But his face blackened as he entered the near
ante-chamber, where the armed captain of the
guard eagerly waited his orders. The pasha's
hands were feverishly clutching his sword-handle,
his eyes dilating, his mustachios alive to the very
tips, like a tiger's tail before it springs. These
false Mamelukes, he said, have been plotting to
seize the citadel, and overturn his power, the
moment the army leaves the city. It had even been
proposed in the Mameluke camp to seize the
pasha himself on his way to Suez. Name of
the Prophet! was this to be endured longer.
On their heads be it. There is but one God,
and Mahomet is his prophet.
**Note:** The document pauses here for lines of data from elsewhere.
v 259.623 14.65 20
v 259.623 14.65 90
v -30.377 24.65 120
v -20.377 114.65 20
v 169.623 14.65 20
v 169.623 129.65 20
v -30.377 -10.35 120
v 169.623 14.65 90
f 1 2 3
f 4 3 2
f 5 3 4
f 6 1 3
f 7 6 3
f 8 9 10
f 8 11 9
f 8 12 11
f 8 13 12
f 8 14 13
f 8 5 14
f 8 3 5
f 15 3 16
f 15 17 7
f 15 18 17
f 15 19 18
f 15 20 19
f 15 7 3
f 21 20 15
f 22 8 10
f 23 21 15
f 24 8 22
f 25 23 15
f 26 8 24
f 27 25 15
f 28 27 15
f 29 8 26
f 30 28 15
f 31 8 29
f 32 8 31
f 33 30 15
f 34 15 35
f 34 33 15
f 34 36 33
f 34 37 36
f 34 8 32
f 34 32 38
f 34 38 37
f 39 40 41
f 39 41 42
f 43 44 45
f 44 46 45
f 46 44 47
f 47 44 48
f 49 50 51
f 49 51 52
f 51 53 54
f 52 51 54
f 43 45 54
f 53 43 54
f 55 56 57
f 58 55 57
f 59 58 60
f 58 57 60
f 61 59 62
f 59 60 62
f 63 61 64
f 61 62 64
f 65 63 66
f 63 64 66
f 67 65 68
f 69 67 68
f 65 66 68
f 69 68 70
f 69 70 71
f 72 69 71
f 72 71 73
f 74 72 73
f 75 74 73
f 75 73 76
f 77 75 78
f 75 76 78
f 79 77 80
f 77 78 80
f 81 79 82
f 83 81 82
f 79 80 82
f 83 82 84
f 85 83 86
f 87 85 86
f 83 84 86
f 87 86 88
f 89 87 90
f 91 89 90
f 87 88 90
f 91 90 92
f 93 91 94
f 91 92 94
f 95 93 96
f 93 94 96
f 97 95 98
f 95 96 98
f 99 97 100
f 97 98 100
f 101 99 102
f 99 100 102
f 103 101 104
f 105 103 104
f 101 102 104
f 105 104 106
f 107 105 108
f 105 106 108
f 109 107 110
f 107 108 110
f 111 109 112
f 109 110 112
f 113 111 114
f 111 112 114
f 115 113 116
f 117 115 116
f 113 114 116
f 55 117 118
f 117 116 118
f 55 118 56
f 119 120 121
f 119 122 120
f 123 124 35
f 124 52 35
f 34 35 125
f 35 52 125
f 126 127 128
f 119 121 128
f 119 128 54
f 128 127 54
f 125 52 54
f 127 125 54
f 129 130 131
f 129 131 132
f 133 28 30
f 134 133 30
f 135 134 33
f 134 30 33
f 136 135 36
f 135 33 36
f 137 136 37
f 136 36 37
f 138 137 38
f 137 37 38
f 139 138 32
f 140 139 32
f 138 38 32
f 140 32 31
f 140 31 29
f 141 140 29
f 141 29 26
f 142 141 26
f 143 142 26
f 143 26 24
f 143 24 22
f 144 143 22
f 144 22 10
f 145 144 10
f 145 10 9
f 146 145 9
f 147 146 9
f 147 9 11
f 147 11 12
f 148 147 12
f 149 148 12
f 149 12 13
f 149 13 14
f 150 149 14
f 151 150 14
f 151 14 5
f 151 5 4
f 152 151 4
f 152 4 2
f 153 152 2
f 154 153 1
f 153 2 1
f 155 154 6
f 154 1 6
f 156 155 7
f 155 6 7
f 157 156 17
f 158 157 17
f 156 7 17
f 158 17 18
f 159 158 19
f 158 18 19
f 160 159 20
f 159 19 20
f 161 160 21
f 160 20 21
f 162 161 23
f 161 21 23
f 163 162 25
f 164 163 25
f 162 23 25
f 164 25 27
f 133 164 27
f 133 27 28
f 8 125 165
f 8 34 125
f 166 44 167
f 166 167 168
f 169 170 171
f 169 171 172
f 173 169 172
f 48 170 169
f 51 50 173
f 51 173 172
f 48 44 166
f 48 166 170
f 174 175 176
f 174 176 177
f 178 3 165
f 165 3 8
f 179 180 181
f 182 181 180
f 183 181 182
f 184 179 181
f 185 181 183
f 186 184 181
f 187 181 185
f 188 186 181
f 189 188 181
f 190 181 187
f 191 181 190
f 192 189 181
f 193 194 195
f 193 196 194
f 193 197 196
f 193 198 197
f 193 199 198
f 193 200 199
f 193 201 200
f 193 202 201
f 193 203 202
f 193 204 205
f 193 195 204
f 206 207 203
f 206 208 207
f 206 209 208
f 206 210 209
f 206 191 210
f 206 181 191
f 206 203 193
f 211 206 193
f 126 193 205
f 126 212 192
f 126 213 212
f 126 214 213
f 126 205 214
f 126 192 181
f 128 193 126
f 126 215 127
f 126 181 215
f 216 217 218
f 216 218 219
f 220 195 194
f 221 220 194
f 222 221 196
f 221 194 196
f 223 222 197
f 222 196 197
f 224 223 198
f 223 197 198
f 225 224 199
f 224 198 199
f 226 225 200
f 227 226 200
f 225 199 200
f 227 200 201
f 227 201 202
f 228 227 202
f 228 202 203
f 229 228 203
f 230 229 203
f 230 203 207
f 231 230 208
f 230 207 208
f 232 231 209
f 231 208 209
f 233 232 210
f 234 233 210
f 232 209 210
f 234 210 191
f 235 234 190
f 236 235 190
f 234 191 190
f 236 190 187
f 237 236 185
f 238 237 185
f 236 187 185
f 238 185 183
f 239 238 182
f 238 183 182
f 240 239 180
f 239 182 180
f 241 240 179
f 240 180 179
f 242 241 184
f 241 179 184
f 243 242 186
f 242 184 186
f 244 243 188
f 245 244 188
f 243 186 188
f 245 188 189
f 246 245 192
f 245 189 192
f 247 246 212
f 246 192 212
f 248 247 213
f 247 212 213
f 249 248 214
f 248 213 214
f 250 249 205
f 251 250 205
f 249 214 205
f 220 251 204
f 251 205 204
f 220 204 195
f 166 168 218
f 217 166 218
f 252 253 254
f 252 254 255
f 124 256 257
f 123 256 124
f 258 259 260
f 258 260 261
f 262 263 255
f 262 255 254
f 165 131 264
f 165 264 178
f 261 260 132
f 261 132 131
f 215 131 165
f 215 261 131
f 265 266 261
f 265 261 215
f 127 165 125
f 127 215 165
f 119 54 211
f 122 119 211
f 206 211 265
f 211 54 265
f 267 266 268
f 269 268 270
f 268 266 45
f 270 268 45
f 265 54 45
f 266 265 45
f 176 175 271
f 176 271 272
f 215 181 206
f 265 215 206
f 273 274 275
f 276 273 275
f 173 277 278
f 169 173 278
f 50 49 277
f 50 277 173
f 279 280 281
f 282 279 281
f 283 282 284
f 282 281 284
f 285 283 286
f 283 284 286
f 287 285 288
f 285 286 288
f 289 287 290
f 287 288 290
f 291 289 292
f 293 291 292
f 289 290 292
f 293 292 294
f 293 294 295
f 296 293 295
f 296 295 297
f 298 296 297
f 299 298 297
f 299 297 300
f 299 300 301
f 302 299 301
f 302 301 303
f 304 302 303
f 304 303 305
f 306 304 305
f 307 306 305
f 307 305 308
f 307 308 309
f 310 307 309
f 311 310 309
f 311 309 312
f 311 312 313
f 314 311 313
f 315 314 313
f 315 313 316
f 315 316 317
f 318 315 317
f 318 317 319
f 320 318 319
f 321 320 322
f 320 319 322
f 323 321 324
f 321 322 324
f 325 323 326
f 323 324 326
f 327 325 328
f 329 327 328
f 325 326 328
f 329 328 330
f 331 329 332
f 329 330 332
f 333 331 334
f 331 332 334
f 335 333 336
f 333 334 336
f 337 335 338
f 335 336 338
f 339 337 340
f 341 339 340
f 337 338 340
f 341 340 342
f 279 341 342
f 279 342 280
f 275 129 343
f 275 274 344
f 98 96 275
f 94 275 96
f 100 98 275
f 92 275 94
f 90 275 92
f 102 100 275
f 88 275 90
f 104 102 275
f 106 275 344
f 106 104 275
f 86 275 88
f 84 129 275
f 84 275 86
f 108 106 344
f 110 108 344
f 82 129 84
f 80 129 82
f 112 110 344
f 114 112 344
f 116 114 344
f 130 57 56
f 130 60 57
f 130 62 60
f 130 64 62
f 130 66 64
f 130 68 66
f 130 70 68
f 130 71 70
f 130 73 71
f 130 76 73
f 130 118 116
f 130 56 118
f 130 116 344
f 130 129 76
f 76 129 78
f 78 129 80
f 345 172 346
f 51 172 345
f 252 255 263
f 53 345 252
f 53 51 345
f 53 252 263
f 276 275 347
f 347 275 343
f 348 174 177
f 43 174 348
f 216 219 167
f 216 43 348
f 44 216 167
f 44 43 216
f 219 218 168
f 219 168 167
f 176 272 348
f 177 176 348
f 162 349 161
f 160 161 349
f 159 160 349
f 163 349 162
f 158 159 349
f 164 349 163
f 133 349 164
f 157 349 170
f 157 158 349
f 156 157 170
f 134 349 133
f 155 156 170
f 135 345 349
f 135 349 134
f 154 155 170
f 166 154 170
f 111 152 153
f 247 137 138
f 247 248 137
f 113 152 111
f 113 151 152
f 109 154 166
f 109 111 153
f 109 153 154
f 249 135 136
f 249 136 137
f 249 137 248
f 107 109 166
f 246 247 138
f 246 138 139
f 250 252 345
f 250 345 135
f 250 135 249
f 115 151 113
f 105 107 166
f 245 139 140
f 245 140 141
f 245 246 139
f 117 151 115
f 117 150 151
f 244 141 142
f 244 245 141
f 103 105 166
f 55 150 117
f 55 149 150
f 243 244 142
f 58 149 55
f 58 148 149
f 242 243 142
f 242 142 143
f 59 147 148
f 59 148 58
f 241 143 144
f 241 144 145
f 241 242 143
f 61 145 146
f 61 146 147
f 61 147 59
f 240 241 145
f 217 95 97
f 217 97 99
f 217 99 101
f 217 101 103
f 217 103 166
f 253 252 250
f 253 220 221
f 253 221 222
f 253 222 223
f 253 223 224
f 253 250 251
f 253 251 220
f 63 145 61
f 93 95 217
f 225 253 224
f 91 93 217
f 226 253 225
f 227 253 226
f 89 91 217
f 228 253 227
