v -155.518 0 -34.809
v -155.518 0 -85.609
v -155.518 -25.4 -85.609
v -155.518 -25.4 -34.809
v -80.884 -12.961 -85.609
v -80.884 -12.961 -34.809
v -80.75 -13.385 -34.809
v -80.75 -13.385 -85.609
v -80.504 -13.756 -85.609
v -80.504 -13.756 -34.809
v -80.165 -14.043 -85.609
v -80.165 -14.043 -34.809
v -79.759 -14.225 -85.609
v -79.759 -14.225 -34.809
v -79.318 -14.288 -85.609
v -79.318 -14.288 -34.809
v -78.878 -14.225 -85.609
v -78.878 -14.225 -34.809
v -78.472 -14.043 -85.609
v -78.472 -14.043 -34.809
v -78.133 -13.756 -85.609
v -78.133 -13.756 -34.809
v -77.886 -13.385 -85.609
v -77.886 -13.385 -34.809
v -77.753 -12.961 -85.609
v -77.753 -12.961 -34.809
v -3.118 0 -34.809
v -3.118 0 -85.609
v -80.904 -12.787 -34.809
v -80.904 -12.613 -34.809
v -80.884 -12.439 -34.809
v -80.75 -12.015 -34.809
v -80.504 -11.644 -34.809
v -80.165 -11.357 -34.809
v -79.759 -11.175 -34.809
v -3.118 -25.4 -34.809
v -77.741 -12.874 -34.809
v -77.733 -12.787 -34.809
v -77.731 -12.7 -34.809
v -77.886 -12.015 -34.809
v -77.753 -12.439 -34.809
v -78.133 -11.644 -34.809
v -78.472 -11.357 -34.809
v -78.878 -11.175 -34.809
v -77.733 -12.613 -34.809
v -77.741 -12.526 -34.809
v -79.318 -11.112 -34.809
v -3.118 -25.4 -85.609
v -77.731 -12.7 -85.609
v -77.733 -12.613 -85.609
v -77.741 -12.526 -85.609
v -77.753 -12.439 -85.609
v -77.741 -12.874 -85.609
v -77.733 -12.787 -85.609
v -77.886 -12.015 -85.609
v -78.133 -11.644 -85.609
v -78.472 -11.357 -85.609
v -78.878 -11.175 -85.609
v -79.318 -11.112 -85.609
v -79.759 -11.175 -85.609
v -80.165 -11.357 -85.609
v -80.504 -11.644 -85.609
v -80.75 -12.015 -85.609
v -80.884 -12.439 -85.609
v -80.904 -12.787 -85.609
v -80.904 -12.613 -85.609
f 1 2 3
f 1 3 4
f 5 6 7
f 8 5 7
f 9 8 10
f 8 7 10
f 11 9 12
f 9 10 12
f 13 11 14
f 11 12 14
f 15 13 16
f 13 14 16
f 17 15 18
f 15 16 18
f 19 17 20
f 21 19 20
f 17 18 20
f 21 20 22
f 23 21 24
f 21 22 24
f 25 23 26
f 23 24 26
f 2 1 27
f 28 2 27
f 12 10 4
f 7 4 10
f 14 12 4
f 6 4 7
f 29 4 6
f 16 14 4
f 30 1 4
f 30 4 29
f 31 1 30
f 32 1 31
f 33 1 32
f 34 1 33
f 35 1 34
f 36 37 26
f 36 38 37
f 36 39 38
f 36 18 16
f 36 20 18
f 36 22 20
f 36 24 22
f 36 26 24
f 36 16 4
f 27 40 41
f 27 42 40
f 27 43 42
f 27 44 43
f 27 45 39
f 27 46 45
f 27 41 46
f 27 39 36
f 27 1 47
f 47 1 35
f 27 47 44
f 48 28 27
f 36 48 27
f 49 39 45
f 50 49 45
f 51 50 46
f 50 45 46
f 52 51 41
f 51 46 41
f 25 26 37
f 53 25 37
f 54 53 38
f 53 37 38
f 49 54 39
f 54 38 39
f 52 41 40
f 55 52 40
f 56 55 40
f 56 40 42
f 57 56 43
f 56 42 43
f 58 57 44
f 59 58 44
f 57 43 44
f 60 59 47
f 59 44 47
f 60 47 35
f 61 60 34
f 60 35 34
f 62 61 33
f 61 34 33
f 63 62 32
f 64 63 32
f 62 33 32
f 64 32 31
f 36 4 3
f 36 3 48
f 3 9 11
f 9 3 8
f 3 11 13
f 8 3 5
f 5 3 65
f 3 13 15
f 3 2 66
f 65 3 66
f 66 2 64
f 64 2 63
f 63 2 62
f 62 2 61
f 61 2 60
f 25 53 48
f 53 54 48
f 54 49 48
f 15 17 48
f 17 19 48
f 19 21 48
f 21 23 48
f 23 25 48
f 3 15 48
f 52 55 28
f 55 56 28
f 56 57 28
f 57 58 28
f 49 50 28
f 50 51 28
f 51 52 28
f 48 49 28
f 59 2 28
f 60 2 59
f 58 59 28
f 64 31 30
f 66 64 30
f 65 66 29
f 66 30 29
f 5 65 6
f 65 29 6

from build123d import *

# Parameters (mm, degrees)
F0_W     = 152.4
F0_H     = 50.8
F1_DEPTH = 25.4
F3_DEPTH = 50.8


with BuildPart() as f1:
    # F0 (on Front) → F1 (new body)
    with BuildSketch(Plane.XZ):
        with Locations((-79.3184274912, -60.2086835265)):
            Rectangle(F0_W, F0_H)
    extrude(amount=F1_DEPTH)

    # F2 (on face) → F3 (cut)
    with BuildSketch(Plane.XY.offset(-34.8086835265)):
        with BuildLine():
            Line((-77.7525271371, -12.4390166077), (-79.3184274912, -12.7))
            Line((-79.3184274912, -12.7), (-77.7525271371, -12.9609833923))
            ThreePointArc((-77.7525271371, -12.9609833923), (-77.736336618, -12.8309378438), (-77.7309274912, -12.7))
            ThreePointArc((-77.7309274912, -12.7), (-77.736336618, -12.5690621562), (-77.7525271371, -12.4390166077))
        make_face()
        with BuildLine():
            ThreePointArc((-77.7525271371, -12.4390166077), (-79.3184274912, -11.1125), (-80.8843278453, -12.4390166077))
            Line((-80.8843278453, -12.4390166077), (-79.3184274912, -12.7))
            Line((-79.3184274912, -12.7), (-77.7525271371, -12.4390166077))
        make_face()
        with BuildLine():
            Line((-79.3184274912, -12.7), (-80.8843278453, -12.4390166077))
            ThreePointArc((-80.8843278453, -12.4390166077), (-80.9059274912, -12.7), (-80.8843278453, -12.9609833923))
            Line((-80.8843278453, -12.9609833923), (-79.3184274912, -12.7))
        make_face()
        with BuildLine():
            Line((-77.7525271371, -12.9609833923), (-79.3184274912, -12.7))
            Line((-79.3184274912, -12.7), (-80.8843278453, -12.9609833923))
            ThreePointArc((-80.8843278453, -12.9609833923), (-79.3184274912, -14.2875), (-77.7525271371, -12.9609833923))
        make_face()
    extrude(amount=-F3_DEPTH, mode=Mode.SUBTRACT)


solid = f1.part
The captain of
the guard was instantly to close and bar the
gates of the citadel. The moment Saim Pasha
and the two generals took horse, the troops
were to fire on them and upon every Mameluke
within reach. The soldiers in the town were to
destroy all fugitives, while the Albanians on
the plain below the citadel exterminated the
residue. The fiery cross was also to be at
once sent round to all the provincial governors,
so that not one Mameluke should be left.

The three Mameluke chiefs waiting and waiting,
finding the pasha did not return, and
being, moreover, informed that he had retired
to his harem (which was an end to all further
questions, that being inviolate), began either to
be distrustful or else to think it due
etiquette to leave. Scarcely had they thrown
themselves into their saddles than a rain of fire
broke upon them from behind the ramparts.
The bullets tore through their ranks from every
side; all was confusion, dismay, and horror.
Tossing up their arms and firing vainly at the
walls, they were mowed down by hundreds. In
vain the maddened men spurred up every
passage only to find fresh death bursting on them.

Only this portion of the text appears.